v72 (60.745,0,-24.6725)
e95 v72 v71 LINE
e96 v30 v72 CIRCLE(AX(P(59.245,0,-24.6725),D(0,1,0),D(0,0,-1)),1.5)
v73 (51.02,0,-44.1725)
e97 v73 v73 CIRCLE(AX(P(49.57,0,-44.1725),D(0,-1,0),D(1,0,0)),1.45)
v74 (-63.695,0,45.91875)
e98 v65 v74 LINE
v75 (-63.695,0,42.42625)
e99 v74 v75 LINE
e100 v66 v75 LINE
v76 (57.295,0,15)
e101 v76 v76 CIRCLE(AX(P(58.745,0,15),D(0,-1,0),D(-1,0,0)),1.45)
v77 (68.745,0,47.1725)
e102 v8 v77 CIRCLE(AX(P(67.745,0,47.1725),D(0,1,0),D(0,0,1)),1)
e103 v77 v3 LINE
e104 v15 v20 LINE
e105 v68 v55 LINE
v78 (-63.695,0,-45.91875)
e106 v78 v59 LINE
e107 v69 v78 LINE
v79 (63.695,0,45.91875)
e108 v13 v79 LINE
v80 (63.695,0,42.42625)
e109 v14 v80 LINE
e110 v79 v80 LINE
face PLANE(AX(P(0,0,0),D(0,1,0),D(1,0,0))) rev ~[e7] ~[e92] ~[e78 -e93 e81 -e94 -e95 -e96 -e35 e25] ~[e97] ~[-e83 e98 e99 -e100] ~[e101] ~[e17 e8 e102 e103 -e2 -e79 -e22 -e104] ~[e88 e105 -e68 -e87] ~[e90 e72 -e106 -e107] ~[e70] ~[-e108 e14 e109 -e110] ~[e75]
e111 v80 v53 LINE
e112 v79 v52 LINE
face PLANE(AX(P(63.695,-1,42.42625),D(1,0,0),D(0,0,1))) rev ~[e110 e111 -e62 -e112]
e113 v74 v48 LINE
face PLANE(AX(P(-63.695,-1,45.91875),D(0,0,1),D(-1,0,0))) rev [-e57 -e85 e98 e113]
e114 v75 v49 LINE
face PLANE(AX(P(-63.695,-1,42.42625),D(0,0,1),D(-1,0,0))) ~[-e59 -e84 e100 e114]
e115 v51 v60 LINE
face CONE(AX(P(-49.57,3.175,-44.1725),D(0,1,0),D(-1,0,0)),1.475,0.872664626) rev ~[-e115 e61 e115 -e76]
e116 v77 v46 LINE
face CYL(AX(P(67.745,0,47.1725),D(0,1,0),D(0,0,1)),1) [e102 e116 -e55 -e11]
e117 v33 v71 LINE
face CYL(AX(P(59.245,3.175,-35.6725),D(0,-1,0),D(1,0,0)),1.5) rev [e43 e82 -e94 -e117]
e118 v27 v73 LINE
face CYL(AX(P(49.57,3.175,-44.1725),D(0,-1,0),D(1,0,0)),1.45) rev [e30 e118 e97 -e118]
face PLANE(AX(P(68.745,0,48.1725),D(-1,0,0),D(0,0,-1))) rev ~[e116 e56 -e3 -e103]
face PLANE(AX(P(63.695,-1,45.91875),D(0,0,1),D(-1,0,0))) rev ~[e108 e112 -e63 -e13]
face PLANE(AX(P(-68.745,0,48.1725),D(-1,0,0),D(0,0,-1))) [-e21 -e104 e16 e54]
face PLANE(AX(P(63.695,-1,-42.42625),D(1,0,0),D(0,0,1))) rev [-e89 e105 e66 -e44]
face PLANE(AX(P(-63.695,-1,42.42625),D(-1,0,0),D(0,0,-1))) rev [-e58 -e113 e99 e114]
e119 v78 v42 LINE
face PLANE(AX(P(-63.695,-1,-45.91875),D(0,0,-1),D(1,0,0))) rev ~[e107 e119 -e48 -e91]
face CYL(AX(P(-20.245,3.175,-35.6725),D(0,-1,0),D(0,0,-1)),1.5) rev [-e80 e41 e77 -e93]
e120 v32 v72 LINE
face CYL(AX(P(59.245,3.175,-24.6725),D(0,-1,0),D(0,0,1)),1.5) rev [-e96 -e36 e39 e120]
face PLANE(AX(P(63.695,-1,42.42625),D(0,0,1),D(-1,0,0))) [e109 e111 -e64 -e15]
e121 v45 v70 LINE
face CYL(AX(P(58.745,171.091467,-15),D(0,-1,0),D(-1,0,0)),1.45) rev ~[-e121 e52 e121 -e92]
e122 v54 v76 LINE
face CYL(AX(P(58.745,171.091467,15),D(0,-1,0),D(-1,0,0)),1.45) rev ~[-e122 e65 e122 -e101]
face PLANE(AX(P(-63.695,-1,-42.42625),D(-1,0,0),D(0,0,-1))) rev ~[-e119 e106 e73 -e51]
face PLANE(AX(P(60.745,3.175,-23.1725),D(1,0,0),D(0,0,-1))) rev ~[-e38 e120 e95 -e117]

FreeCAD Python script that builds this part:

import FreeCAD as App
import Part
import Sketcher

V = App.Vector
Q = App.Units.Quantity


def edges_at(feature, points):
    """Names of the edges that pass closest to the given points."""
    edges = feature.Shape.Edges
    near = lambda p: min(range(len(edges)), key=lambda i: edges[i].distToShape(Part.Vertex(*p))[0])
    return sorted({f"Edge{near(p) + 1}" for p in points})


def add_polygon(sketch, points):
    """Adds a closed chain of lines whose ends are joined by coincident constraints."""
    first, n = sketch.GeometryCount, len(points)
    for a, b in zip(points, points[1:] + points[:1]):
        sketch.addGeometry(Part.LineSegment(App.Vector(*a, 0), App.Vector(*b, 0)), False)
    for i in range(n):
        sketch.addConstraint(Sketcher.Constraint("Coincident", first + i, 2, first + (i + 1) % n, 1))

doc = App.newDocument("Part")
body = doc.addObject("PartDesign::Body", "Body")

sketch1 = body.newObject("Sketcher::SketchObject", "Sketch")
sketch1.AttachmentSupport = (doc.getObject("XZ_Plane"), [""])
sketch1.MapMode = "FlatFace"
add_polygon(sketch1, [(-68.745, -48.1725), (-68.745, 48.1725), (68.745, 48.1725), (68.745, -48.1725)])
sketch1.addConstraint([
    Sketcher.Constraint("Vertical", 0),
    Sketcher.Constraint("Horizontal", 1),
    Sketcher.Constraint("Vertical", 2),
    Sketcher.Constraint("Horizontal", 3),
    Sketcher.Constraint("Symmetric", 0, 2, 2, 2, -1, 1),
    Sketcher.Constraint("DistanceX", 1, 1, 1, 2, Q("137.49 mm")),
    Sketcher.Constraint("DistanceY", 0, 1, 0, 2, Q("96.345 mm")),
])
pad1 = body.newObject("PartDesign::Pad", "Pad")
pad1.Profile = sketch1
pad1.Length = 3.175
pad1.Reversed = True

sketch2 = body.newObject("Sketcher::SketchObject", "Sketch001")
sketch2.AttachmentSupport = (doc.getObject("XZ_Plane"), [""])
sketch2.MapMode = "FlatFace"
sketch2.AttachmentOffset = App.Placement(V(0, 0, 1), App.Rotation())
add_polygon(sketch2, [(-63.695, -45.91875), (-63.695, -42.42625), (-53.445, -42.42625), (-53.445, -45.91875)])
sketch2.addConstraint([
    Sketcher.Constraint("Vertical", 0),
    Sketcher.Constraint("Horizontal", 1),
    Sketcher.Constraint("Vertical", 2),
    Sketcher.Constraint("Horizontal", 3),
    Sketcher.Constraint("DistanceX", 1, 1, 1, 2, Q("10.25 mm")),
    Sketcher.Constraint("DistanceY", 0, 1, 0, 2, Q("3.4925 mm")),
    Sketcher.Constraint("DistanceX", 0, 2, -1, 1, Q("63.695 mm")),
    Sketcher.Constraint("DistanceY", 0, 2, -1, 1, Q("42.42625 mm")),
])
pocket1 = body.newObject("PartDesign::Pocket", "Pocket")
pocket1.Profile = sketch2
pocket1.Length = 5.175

**WORK ORDER:**
Set down the entries above again, word for word.

**ANSWER BOX:**
v72 (60.745,0,-24.6725)
e95 v72 v71 LINE
e96 v30 v72 CIRCLE(AX(P(59.245,0,-24.6725),D(0,1,0),D(0,0,-1)),1.5)
v73 (51.02,0,-44.1725)
e97 v73 v73 CIRCLE(AX(P(49.57,0,-44.1725),D(0,-1,0),D(1,0,0)),1.45)
v74 (-63.695,0,45.91875)
e98 v65 v74 LINE
v75 (-63.695,0,42.42625)
e99 v74 v75 LINE
e100 v66 v75 LINE
v76 (57.295,0,15)
e101 v76 v76 CIRCLE(AX(P(58.745,0,15),D(0,-1,0),D(-1,0,0)),1.45)
v77 (68.745,0,47.1725)
e102 v8 v77 CIRCLE(AX(P(67.745,0,47.1725),D(0,1,0),D(0,0,1)),1)
e103 v77 v3 LINE
e104 v15 v20 LINE
e105 v68 v55 LINE
v78 (-63.695,0,-45.91875)
e106 v78 v59 LINE
e107 v69 v78 LINE
v79 (63.695,0,45.91875)
e108 v13 v79 LINE
v80 (63.695,0,42.42625)
e109 v14 v80 LINE
e110 v79 v80 LINE
face PLANE(AX(P(0,0,0),D(0,1,0),D(1,0,0))) rev ~[e7] ~[e92] ~[e78 -e93 e81 -e94 -e95 -e96 -e35 e25] ~[e97] ~[-e83 e98 e99 -e100] ~[e101] ~[e17 e8 e102 e103 -e2 -e79 -e22 -e104] ~[e88 e105 -e68 -e87] ~[e90 e72 -e106 -e107] ~[e70] ~[-e108 e14 e109 -e110] ~[e75]
e111 v80 v53 LINE
e112 v79 v52 LINE
face PLANE(AX(P(63.695,-1,42.42625),D(1,0,0),D(0,0,1))) rev ~[e110 e111 -e62 -e112]
e113 v74 v48 LINE
face PLANE(AX(P(-63.695,-1,45.91875),D(0,0,1),D(-1,0,0))) rev [-e57 -e85 e98 e113]
e114 v75 v49 LINE
face PLANE(AX(P(-63.695,-1,42.42625),D(0,0,1),D(-1,0,0))) ~[-e59 -e84 e100 e114]
e115 v51 v60 LINE
face CONE(AX(P(-49.57,3.175,-44.1725),D(0,1,0),D(-1,0,0)),1.475,0.872664626) rev ~[-e115 e61 e115 -e76]
e116 v77 v46 LINE
face CYL(AX(P(67.745,0,47.1725),D(0,1,0),D(0,0,1)),1) [e102 e116 -e55 -e11]
e117 v33 v71 LINE
face CYL(AX(P(59.245,3.175,-35.6725),D(0,-1,0),D(1,0,0)),1.5) rev [e43 e82 -e94 -e117]
e118 v27 v73 LINE
face CYL(AX(P(49.57,3.175,-44.1725),D(0,-1,0),D(1,0,0)),1.45) rev [e30 e118 e97 -e118]
face PLANE(AX(P(68.745,0,48.1725),D(-1,0,0),D(0,0,-1))) rev ~[e116 e56 -e3 -e103]
face PLANE(AX(P(63.695,-1,45.91875),D(0,0,1),D(-1,0,0))) rev ~[e108 e112 -e63 -e13]
face PLANE(AX(P(-68.745,0,48.1725),D(-1,0,0),D(0,0,-1))) [-e21 -e104 e16 e54]
face PLANE(AX(P(63.695,-1,-42.42625),D(1,0,0),D(0,0,1))) rev [-e89 e105 e66 -e44]
face PLANE(AX(P(-63.695,-1,42.42625),D(-1,0,0),D(0,0,-1))) rev [-e58 -e113 e99 e114]
e119 v78 v42 LINE
face PLANE(AX(P(-63.695,-1,-45.91875),D(0,0,-1),D(1,0,0))) rev ~[e107 e119 -e48 -e91]
face CYL(AX(P(-20.245,3.175,-35.6725),D(0,-1,0),D(0,0,-1)),1.5) rev [-e80 e41 e77 -e93]
e120 v32 v72 LINE
face CYL(AX(P(59.245,3.175,-24.6725),D(0,-1,0),D(0,0,1)),1.5) rev [-e96 -e36 e39 e120]
face PLANE(AX(P(63.695,-1,42.42625),D(0,0,1),D(-1,0,0))) [e109 e111 -e64 -e15]
e121 v45 v70 LINE
face CYL(AX(P(58.745,171.091467,-15),D(0,-1,0),D(-1,0,0)),1.45) rev ~[-e121 e52 e121 -e92]
e122 v54 v76 LINE
face CYL(AX(P(58.745,171.091467,15),D(0,-1,0),D(-1,0,0)),1.45) rev ~[-e122 e65 e122 -e101]
face PLANE(AX(P(-63.695,-1,-42.42625),D(-1,0,0),D(0,0,-1))) rev ~[-e119 e106 e73 -e51]
face PLANE(AX(P(60.745,3.175,-23.1725),D(1,0,0),D(0,0,-1))) rev ~[-e38 e120 e95 -e117]

FreeCAD Python script that builds this part:

import FreeCAD as App
import Part
import Sketcher

V = App.Vector
Q = App.Units.Quantity


def edges_at(feature, points):
    """Names of the edges that pass closest to the given points."""
    edges = feature.Shape.Edges
    near = lambda p: min(range(len(edges)), key=lambda i: edges[i].distToShape(Part.Vertex(*p))[0])
    return sorted({f"Edge{near(p) + 1}" for p in points})


def add_polygon(sketch, points):
    """Adds a closed chain of lines whose ends are joined by coincident constraints."""
    first, n = sketch.GeometryCount, len(points)
    for a, b in zip(points, points[1:] + points[:1]):
        sketch.addGeometry(Part.LineSegment(App.Vector(*a, 0), App.Vector(*b, 0)), False)
    for i in range(n):
        sketch.addConstraint(Sketcher.Constraint("Coincident", first + i, 2, first + (i + 1) % n, 1))

doc = App.newDocument("Part")
body = doc.addObject("PartDesign::Body", "Body")

sketch1 = body.newObject("Sketcher::SketchObject", "Sketch")
sketch1.AttachmentSupport = (doc.getObject("XZ_Plane"), [""])
sketch1.MapMode = "FlatFace"
add_polygon(sketch1, [(-68.745, -48.1725), (-68.745, 48.1725), (68.745, 48.1725), (68.745, -48.1725)])
sketch1.addConstraint([
    Sketcher.Constraint("Vertical", 0),
    Sketcher.Constraint("Horizontal", 1),
    Sketcher.Constraint("Vertical", 2),
    Sketcher.Constraint("Horizontal", 3),
    Sketcher.Constraint("Symmetric", 0, 2, 2, 2, -1, 1),
    Sketcher.Constraint("DistanceX", 1, 1, 1, 2, Q("137.49 mm")),
    Sketcher.Constraint("DistanceY", 0, 1, 0, 2, Q("96.345 mm")),
])
pad1 = body.newObject("PartDesign::Pad", "Pad")
pad1.Profile = sketch1
pad1.Length = 3.175
pad1.Reversed = True

sketch2 = body.newObject("Sketcher::SketchObject", "Sketch001")
sketch2.AttachmentSupport = (doc.getObject("XZ_Plane"), [""])
sketch2.MapMode = "FlatFace"
sketch2.AttachmentOffset = App.Placement(V(0, 0, 1), App.Rotation())
add_polygon(sketch2, [(-63.695, -45.91875), (-63.695, -42.42625), (-53.445, -42.42625), (-53.445, -45.91875)])
sketch2.addConstraint([
    Sketcher.Constraint("Vertical", 0),
    Sketcher.Constraint("Horizontal", 1),
    Sketcher.Constraint("Vertical", 2),
    Sketcher.Constraint("Horizontal", 3),
    Sketcher.Constraint("DistanceX", 1, 1, 1, 2, Q("10.25 mm")),
    Sketcher.Constraint("DistanceY", 0, 1, 0, 2, Q("3.4925 mm")),
    Sketcher.Constraint("DistanceX", 0, 2, -1, 1, Q("63.695 mm")),
    Sketcher.Constraint("DistanceY", 0, 2, -1, 1, Q("42.42625 mm")),
])
pocket1 = body.newObject("PartDesign::Pocket", "Pocket")
pocket1.Profile = sketch2
pocket1.Length = 5.175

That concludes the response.